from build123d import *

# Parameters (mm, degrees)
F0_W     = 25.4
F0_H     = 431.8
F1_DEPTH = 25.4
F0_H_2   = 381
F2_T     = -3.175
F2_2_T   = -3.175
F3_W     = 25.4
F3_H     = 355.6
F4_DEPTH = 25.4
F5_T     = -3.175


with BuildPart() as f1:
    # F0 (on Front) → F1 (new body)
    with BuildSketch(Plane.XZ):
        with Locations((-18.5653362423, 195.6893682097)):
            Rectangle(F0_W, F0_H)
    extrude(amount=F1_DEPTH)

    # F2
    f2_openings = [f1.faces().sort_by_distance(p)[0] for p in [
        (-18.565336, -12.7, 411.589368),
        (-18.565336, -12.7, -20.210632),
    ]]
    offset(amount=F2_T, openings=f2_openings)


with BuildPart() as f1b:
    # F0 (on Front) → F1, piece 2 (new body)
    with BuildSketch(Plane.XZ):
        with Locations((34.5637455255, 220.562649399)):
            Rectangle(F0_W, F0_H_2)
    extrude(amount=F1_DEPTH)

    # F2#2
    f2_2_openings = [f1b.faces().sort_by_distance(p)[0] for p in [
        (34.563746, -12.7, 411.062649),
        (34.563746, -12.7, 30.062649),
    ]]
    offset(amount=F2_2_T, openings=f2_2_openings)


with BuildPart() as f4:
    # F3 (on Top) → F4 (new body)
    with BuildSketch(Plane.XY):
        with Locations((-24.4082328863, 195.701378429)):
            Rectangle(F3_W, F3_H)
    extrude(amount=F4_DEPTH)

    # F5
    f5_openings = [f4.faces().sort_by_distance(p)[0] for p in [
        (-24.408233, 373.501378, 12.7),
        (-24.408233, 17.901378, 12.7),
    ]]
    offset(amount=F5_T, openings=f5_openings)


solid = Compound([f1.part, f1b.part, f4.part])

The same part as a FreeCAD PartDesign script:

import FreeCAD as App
import Part
import Sketcher
from FreeCAD import Vector
Q = App.Units.Quantity


def faces_at(feature, points):
    """Names of the faces that lie closest to the given points."""
    faces = feature.Shape.Faces
    near = lambda p: min(range(len(faces)), key=lambda i: faces[i].distToShape(Part.Vertex(*p))[0])
    return sorted({f"Face{near(p) + 1}" for p in points})


def add_polygon(sketch, points):
    """Adds a closed chain of lines whose ends are joined by coincident constraints."""
    first, n = sketch.GeometryCount, len(points)
    for a, b in zip(points, points[1:] + points[:1]):
        sketch.addGeometry(Part.LineSegment(App.Vector(*a, 0), App.Vector(*b, 0)), False)
    for i in range(n):
        sketch.addConstraint(Sketcher.Constraint("Coincident", first + i, 2, first + (i + 1) % n, 1))

doc = App.newDocument("Part")
body = doc.addObject("PartDesign::Body", "Body")

sketch1 = doc.addObject("Sketcher::SketchObject", "Sketch")
body.addObject(sketch1)
sketch1.AttachmentSupport = (doc.XZ_Plane, [""])
sketch1.MapMode = "FlatFace"
add_polygon(sketch1, [(-31.265336, 411.589368), (-31.265336, -20.210632), (-5.865336, -20.210632), (-5.865336, 411.589368)])
sketch1.addConstraint([
    Sketcher.Constraint("Vertical", 0),
    Sketcher.Constraint("Horizontal", 1),
    Sketcher.Constraint("Vertical", 2),
    Sketcher.Constraint("Horizontal", 3),
    Sketcher.Constraint("DistanceX", 1, 1, 1, 2, Q("1 in")),
    Sketcher.Constraint("DistanceY", 0, 2, 0, 1, Q("17 in")),
    Sketcher.Constraint("DistanceY", 0, 2, -1, 1, Q("20.210632 mm")),
    Sketcher.Constraint("DistanceX", 0, 2, -1, 1, Q("31.265336 mm")),
])
pad1 = doc.addObject("PartDesign::Pad", "Pad")
body.addObject(pad1)
pad1.Profile = sketch1
pad1.Length = Q("1 in")
doc.recompute()

thickness = doc.addObject("PartDesign::Thickness", "Thickness")
body.addObject(thickness)
thickness.Base = (pad1, faces_at(pad1, [(-18.565, -12.7, 411.589), (-18.565, -12.7, -20.211)]))
thickness.Value = Q("0.125 in")
thickness.Reversed = True
thickness.Join = "Arc"
body2 = doc.addObject("PartDesign::Body", "Body001")

sketch2 = doc.addObject("Sketcher::SketchObject", "Sketch001")
body2.addObject(sketch2)
sketch2.AttachmentSupport = (doc.getObject("XZ_Plane001"), [""])
sketch2.MapMode = "FlatFace"
add_polygon(sketch2, [(21.863746, 411.062649), (21.863746, 30.062649), (47.263746, 30.062649), (47.263746, 411.062649)])
sketch2.addConstraint([
    Sketcher.Constraint("Vertical", 0),
    Sketcher.Constraint("Horizontal", 1),
    Sketcher.Constraint("Vertical", 2),
    Sketcher.Constraint("Horizontal", 3),
    Sketcher.Constraint("DistanceX", 1, 1, 1, 2, Q("1 in")),
    Sketcher.Constraint("DistanceY", 0, 2, 0, 1, Q("15 in")),
    Sketcher.Constraint("DistanceY", -1, 1, 0, 2, Q("30.062649 mm")),
    Sketcher.Constraint("DistanceX", -1, 1, 0, 2, Q("21.863746 mm")),
])
pad2 = doc.addObject("PartDesign::Pad", "Pad001")
body2.addObject(pad2)
pad2.Profile = sketch2
pad2.Length = Q("1 in")
doc.recompute()

thickness2 = doc.addObject("PartDesign::Thickness", "Thickness001")
body2.addObject(thickness2)
thickness2.Base = (pad2, faces_at(pad2, [(34.564, -12.7, 411.063), (34.564, -12.7, 30.063)]))
thickness2.Value = Q("0.125 in")
thickness2.Reversed = True
thickness2.Join = "Arc"
body3 = doc.addObject("PartDesign::Body", "Body002")

sketch3 = doc.addObject("Sketcher::SketchObject", "Sketch002")
body3.addObject(sketch3)
sketch3.AttachmentSupport = (doc.getObject("XY_Plane002"), [""])
sketch3.MapMode = "FlatFace"
add_polygon(sketch3, [(-37.108233, 373.501378), (-37.108233, 17.901378), (-11.708233, 17.901378), (-11.708233, 373.501378)])
sketch3.addConstraint([
    Sketcher.Constraint("Vertical", 0),
    Sketcher.Constraint("Horizontal", 1),
    Sketcher.Constraint("Vertical", 2),
    Sketcher.Constraint("Horizontal", 3),
    Sketcher.Constraint("DistanceX", 1, 1, 1, 2, Q("1 in")),
    Sketcher.Constraint("DistanceY", 0, 2, 0, 1, Q("14 in")),
    Sketcher.Constraint("DistanceY", -1, 1, 0, 2, Q("17.901378 mm")),
    Sketcher.Constraint("DistanceX", 0, 2, -1, 1, Q("37.108233 mm")),
])
pad3 = doc.addObject("PartDesign::Pad", "Pad002")
body3.addObject(pad3)
pad3.Profile = sketch3
pad3.Length = Q("1 in")
doc.recompute()

thickness3 = doc.addObject("PartDesign::Thickness", "Thickness002")
body3.addObject(thickness3)
thickness3.Base = (pad3, faces_at(pad3, [(-24.408, 373.501, 12.7), (-24.408, 17.901, 12.7)]))
thickness3.Value = Q("0.125 in")
thickness3.Reversed = True
thickness3.Join = "Arc"

doc.recompute()
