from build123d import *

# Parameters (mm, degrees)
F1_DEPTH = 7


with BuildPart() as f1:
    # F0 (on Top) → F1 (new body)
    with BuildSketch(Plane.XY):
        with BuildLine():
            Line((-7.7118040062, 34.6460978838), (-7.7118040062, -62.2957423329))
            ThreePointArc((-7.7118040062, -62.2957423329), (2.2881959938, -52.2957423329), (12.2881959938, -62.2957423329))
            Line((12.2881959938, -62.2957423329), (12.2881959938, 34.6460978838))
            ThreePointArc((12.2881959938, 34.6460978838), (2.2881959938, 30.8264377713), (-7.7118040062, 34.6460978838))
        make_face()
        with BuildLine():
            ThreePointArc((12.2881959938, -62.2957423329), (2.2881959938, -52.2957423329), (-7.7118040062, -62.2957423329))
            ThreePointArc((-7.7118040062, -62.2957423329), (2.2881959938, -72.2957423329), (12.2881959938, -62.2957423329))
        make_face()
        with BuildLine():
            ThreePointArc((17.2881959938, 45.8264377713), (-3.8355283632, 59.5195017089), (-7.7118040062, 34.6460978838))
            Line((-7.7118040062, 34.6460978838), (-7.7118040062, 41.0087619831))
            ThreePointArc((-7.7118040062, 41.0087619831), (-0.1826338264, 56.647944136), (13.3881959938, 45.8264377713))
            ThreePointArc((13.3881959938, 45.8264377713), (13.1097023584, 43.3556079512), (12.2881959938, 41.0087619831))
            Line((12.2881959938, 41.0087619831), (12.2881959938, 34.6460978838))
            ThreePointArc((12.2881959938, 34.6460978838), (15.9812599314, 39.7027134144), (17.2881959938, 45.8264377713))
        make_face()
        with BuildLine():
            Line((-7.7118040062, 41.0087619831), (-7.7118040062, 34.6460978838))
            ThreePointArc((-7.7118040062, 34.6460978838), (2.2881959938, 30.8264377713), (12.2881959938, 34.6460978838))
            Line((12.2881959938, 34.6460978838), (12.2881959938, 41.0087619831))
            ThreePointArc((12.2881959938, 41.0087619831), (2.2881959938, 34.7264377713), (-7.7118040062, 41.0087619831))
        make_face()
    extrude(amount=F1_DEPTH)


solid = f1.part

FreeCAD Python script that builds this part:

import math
import FreeCAD as App
import Part
import Sketcher
from FreeCAD import Vector
Q = App.Units.Quantity

doc = App.newDocument("Part")
body = doc.addObject("PartDesign::Body", "Body")

# Sketch on XY plane
sketch1 = body.newObject("Sketcher::SketchObject", "Sketch")
sketch1.AttachmentSupport = (doc.getObject("XY_Plane"), [""])
sketch1.MapMode = "FlatFace"
sketch1.addGeometry([
    Part.LineSegment(Vector(-7.7, 34.6, 0), Vector(-7.7, -62.3, 0)),  # 0
    Part.ArcOfCircle(Part.Circle(Vector(2.3, -62.3, 0), Vector(0, 0, 1), 10), math.radians(180), math.radians(360)),  # 1
    Part.LineSegment(Vector(12.3, -62.3, 0), Vector(12.3, 34.6, 0)),  # 2
    Part.ArcOfCircle(Part.Circle(Vector(2.3, 45.8, 0), Vector(0, 0, 1), 15), math.radians(-48), math.radians(0)),  # 3
    Part.ArcOfCircle(Part.Circle(Vector(2.3, 45.8, 0), Vector(0, 0, 1), 15), math.radians(0), math.radians(228)),  # 4
    Part.ArcOfCircle(Part.Circle(Vector(2.3, 45.8, 0), Vector(0, 0, 1), 11.1), math.radians(-154), math.radians(-26)),  # 5
    Part.ArcOfCircle(Part.Circle(Vector(2.3, 45.8, 0), Vector(0, 0, 1), 11.1), math.radians(0), math.radians(206)),  # 6
    Part.ArcOfCircle(Part.Circle(Vector(2.3, 45.8, 0), Vector(0, 0, 1), 11.1), math.radians(-26), math.radians(0)),  # 7
], False)
sketch1.addConstraint([
    Sketcher.Constraint("Tangent", 0, 2, 1, 1),
    Sketcher.Constraint("Tangent", 1, 2, 2, 1),
    Sketcher.Constraint("Coincident", 2, 2, 3, 1),
    Sketcher.Constraint("Tangent", 3, 2, 4, 1),
    Sketcher.Constraint("Coincident", 4, 2, 0, 1),
    Sketcher.Constraint("Tangent", 5, 1, 6, 2),
    Sketcher.Constraint("Tangent", 6, 1, 7, 2),
    Sketcher.Constraint("Tangent", 7, 1, 5, 2),
    Sketcher.Constraint("Vertical", 0),
    Sketcher.Constraint("Vertical", 2),
    Sketcher.Constraint("Coincident", 5, 3, 3, 3),
    Sketcher.Constraint("Equal", 3, 4),
    Sketcher.Constraint("Horizontal", 7, 3, 3, 2),
    Sketcher.Constraint("Horizontal", 2, 2, 4, 2),
    Sketcher.Constraint("Horizontal", 3, 2, 6, 1),
    Sketcher.Constraint("Horizontal", 5, 1, 7, 1),
    Sketcher.Constraint("Vertical", 4, 2, 5, 1),
    Sketcher.Constraint("Radius", 1, Q("10 mm")),
    Sketcher.Constraint("Radius", 3, Q("15 mm")),
    Sketcher.Constraint("Radius", 5, Q("11.1 mm")),
    Sketcher.Constraint("DistanceY", 0, 2, 0, 1, Q("96.94184 mm")),
    Sketcher.Constraint("DistanceY", -1, 1, 5, 1, Q("41.008762 mm")),
    Sketcher.Constraint("DistanceX", -1, 1, 1, 3, Q("2.288196 mm")),
])
pad1 = body.newObject("PartDesign::Pad", "Pad")
pad1.Profile = sketch1
pad1.Length = 7

doc.recompute()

• • •

Work item
Quote the records from their first line to the line with "The same part", inclusive, without adding or dropping anything.

Expected answer
from build123d import *

# Parameters (mm, degrees)
F0_W     = 25.4
F0_H     = 431.8
F1_DEPTH = 25.4
F0_H_2   = 381
F2_T     = -3.175
F2_2_T   = -3.175
F3_W     = 25.4
F3_H     = 355.6
F4_DEPTH = 25.4
F5_T     = -3.175


with BuildPart() as f1:
    # F0 (on Front) → F1 (new body)
    with BuildSketch(Plane.XZ):
        with Locations((-18.5653362423, 195.6893682097)):
            Rectangle(F0_W, F0_H)
    extrude(amount=F1_DEPTH)

    # F2
    f2_openings = [f1.faces().sort_by_distance(p)[0] for p in [
        (-18.565336, -12.7, 411.589368),
        (-18.565336, -12.7, -20.210632),
    ]]
    offset(amount=F2_T, openings=f2_openings)


with BuildPart() as f1b:
    # F0 (on Front) → F1, piece 2 (new body)
    with BuildSketch(Plane.XZ):
        with Locations((34.5637455255, 220.562649399)):
            Rectangle(F0_W, F0_H_2)
    extrude(amount=F1_DEPTH)

    # F2#2
    f2_2_openings = [f1b.faces().sort_by_distance(p)[0] for p in [
        (34.563746, -12.7, 411.062649),
        (34.563746, -12.7, 30.062649),
    ]]
    offset(amount=F2_2_T, openings=f2_2_openings)


with BuildPart() as f4:
    # F3 (on Top) → F4 (new body)
    with BuildSketch(Plane.XY):
        with Locations((-24.4082328863, 195.701378429)):
            Rectangle(F3_W, F3_H)
    extrude(amount=F4_DEPTH)

    # F5
    f5_openings = [f4.faces().sort_by_distance(p)[0] for p in [
        (-24.408233, 373.501378, 12.7),
        (-24.408233, 17.901378, 12.7),
    ]]
    offset(amount=F5_T, openings=f5_openings)


solid = Compound([f1.part, f1b.part, f4.part])

The same part as a FreeCAD PartDesign script:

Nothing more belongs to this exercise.